§ To do
Within the entries below, the lines from the one with "f 188 376 189" through the one with "f 368 327 367" are to be set down exactly, both ends kept.

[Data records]
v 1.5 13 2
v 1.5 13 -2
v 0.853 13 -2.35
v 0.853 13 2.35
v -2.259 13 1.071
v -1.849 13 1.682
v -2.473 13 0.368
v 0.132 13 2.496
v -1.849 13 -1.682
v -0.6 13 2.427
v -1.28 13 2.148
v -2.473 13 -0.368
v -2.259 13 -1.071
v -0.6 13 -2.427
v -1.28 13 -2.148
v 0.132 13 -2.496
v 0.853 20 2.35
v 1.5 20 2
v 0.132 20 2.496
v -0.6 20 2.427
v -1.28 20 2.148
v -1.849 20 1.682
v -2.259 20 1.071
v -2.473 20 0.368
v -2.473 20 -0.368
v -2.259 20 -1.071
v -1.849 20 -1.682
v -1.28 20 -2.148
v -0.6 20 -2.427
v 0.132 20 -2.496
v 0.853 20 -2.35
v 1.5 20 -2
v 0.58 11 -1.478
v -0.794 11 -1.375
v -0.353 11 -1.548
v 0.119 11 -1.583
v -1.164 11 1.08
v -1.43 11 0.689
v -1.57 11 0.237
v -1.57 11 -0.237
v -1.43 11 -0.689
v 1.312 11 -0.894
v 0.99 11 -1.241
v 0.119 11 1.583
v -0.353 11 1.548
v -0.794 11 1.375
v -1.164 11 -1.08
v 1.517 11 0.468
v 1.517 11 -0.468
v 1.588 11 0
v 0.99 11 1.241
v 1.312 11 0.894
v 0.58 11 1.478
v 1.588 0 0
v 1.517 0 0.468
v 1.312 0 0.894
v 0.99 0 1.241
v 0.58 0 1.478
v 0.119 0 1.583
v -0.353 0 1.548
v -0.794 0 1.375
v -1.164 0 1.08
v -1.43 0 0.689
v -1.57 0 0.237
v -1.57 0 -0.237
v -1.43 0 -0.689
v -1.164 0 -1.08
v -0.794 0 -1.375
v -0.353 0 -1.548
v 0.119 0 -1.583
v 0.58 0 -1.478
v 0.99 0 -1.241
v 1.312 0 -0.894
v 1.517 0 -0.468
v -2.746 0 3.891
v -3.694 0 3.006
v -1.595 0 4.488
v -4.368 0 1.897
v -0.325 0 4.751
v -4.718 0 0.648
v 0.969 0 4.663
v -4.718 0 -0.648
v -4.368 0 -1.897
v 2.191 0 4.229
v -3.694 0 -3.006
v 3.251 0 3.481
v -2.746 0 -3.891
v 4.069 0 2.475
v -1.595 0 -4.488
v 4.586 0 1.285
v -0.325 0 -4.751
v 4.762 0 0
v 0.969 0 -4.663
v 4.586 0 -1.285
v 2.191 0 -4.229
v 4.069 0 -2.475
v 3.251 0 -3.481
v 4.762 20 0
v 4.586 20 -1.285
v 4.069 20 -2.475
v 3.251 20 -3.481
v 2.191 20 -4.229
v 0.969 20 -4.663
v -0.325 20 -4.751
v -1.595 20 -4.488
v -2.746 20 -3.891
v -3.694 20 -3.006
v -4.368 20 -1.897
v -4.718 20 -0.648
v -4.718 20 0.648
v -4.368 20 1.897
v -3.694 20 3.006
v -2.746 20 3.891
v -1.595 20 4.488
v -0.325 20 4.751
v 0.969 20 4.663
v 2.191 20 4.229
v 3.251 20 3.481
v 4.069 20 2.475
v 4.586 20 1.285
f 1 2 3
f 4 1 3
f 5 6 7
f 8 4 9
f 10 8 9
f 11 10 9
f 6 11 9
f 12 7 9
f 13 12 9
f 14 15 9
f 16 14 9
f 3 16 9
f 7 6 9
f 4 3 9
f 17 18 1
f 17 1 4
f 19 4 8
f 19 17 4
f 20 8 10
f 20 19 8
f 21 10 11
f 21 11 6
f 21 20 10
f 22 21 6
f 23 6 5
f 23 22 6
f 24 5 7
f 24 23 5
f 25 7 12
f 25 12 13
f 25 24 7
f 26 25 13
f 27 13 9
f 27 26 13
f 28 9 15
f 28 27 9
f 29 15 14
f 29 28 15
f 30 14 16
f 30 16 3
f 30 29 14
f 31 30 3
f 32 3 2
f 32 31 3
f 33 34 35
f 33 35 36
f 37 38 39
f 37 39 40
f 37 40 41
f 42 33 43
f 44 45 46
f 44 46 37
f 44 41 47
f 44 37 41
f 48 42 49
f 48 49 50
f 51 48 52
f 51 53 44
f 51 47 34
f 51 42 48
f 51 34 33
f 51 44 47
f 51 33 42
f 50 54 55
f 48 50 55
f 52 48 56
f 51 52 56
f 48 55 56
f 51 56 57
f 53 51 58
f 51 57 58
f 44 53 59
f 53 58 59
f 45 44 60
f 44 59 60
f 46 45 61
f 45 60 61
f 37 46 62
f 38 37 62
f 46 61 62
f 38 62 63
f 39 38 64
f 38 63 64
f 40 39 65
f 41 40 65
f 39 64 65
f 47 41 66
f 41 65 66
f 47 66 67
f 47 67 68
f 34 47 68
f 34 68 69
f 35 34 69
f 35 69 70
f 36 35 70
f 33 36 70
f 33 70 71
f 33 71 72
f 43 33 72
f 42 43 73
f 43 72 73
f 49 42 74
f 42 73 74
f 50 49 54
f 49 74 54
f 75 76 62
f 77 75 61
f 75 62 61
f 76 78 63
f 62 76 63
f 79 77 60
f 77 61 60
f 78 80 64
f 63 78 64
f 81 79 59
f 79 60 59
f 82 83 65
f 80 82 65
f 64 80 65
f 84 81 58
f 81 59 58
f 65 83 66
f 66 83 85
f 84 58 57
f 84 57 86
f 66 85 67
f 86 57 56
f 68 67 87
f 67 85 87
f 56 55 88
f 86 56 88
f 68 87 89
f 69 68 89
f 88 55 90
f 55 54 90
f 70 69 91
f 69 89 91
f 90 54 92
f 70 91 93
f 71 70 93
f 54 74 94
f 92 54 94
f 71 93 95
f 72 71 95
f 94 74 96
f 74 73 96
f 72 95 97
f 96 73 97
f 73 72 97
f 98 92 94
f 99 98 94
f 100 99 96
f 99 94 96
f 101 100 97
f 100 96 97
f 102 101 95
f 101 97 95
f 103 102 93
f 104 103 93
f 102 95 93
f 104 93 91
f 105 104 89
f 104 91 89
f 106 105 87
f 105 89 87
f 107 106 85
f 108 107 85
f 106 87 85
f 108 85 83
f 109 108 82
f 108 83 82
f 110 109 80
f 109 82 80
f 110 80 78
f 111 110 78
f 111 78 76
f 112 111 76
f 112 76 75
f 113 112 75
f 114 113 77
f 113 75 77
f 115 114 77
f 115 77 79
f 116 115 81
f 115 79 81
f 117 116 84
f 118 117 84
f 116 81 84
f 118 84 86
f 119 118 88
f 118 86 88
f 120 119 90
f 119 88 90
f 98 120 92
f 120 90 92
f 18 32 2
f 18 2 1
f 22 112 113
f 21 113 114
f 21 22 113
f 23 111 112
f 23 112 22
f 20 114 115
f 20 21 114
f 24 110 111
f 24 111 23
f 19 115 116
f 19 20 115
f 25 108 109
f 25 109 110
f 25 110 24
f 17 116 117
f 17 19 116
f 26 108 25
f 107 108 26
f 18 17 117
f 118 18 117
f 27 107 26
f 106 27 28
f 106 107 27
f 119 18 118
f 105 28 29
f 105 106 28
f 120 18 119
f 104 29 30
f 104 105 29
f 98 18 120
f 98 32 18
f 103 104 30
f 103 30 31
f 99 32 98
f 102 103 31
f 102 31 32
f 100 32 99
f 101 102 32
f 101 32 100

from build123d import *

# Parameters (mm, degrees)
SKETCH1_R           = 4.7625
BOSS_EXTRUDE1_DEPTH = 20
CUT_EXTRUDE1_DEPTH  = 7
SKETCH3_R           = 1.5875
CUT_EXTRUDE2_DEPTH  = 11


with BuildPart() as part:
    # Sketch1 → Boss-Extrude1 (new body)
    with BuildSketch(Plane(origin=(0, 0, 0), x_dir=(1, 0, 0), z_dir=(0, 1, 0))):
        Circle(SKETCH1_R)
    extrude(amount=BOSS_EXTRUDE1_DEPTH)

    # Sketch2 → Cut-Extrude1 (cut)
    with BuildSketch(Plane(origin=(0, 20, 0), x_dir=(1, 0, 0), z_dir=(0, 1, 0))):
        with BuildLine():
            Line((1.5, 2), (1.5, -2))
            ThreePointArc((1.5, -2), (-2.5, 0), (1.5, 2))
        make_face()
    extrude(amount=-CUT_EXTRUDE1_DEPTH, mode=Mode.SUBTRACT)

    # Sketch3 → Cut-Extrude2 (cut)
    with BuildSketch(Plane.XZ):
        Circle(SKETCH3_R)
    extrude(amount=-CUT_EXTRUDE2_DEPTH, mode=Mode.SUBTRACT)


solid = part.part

* * *

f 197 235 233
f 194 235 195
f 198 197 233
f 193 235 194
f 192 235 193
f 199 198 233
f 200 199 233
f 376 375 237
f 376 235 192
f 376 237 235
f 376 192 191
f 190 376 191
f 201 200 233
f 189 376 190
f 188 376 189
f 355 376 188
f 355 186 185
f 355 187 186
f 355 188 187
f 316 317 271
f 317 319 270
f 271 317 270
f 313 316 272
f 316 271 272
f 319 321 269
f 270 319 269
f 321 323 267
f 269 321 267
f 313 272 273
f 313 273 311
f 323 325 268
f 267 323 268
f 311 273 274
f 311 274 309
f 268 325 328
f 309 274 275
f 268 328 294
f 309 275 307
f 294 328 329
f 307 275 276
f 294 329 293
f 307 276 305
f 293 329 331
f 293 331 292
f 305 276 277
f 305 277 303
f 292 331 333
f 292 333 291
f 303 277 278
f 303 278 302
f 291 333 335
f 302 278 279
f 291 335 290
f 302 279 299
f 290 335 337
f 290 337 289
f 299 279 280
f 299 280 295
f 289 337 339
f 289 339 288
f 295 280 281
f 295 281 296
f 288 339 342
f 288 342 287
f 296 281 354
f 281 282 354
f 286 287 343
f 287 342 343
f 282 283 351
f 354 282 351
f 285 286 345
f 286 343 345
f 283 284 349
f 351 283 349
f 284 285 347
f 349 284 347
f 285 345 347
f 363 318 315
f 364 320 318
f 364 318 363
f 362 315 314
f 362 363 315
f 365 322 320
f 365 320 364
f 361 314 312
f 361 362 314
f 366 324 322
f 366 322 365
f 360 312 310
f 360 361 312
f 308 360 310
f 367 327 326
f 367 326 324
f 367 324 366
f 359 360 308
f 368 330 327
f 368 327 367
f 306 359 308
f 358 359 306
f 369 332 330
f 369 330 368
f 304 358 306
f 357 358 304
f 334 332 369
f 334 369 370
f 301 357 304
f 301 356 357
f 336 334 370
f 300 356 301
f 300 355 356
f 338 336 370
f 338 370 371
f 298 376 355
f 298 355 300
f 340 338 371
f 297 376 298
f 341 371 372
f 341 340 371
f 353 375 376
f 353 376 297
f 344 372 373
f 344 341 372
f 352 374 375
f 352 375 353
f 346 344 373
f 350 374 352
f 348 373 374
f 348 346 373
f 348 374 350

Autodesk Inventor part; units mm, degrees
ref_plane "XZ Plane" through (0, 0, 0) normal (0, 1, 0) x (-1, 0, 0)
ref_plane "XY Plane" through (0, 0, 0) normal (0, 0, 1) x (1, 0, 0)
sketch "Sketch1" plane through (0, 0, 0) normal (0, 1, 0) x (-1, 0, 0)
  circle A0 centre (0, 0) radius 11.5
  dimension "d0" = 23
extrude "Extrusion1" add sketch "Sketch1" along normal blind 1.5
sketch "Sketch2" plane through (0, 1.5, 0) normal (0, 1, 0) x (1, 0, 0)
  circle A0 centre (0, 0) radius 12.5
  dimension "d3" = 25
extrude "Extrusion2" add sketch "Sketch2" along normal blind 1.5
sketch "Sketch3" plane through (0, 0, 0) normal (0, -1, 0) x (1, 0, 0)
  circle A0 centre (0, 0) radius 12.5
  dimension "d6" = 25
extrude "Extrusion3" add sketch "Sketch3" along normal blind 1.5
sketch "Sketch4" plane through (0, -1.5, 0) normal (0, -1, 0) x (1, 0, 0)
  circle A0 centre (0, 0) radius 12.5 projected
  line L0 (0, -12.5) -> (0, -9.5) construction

§ Finished exercise
f 188 376 189
f 355 376 188
f 355 186 185
f 355 187 186
f 355 188 187
f 316 317 271
f 317 319 270
f 271 317 270
f 313 316 272
f 316 271 272
f 319 321 269
f 270 319 269
f 321 323 267
f 269 321 267
f 313 272 273
f 313 273 311
f 323 325 268
f 267 323 268
f 311 273 274
f 311 274 309
f 268 325 328
f 309 274 275
f 268 328 294
f 309 275 307
f 294 328 329
f 307 275 276
f 294 329 293
f 307 276 305
f 293 329 331
f 293 331 292
f 305 276 277
f 305 277 303
f 292 331 333
f 292 333 291
f 303 277 278
f 303 278 302
f 291 333 335
f 302 278 279
f 291 335 290
f 302 279 299
f 290 335 337
f 290 337 289
f 299 279 280
f 299 280 295
f 289 337 339
f 289 339 288
f 295 280 281
f 295 281 296
f 288 339 342
f 288 342 287
f 296 281 354
f 281 282 354
f 286 287 343
f 287 342 343
f 282 283 351
f 354 282 351
f 285 286 345
f 286 343 345
f 283 284 349
f 351 283 349
f 284 285 347
f 349 284 347
f 285 345 347
f 363 318 315
f 364 320 318
f 364 318 363
f 362 315 314
f 362 363 315
f 365 322 320
f 365 320 364
f 361 314 312
f 361 362 314
f 366 324 322
f 366 322 365
f 360 312 310
f 360 361 312
f 308 360 310
f 367 327 326
f 367 326 324
f 367 324 366
f 359 360 308
f 368 330 327
f 368 327 367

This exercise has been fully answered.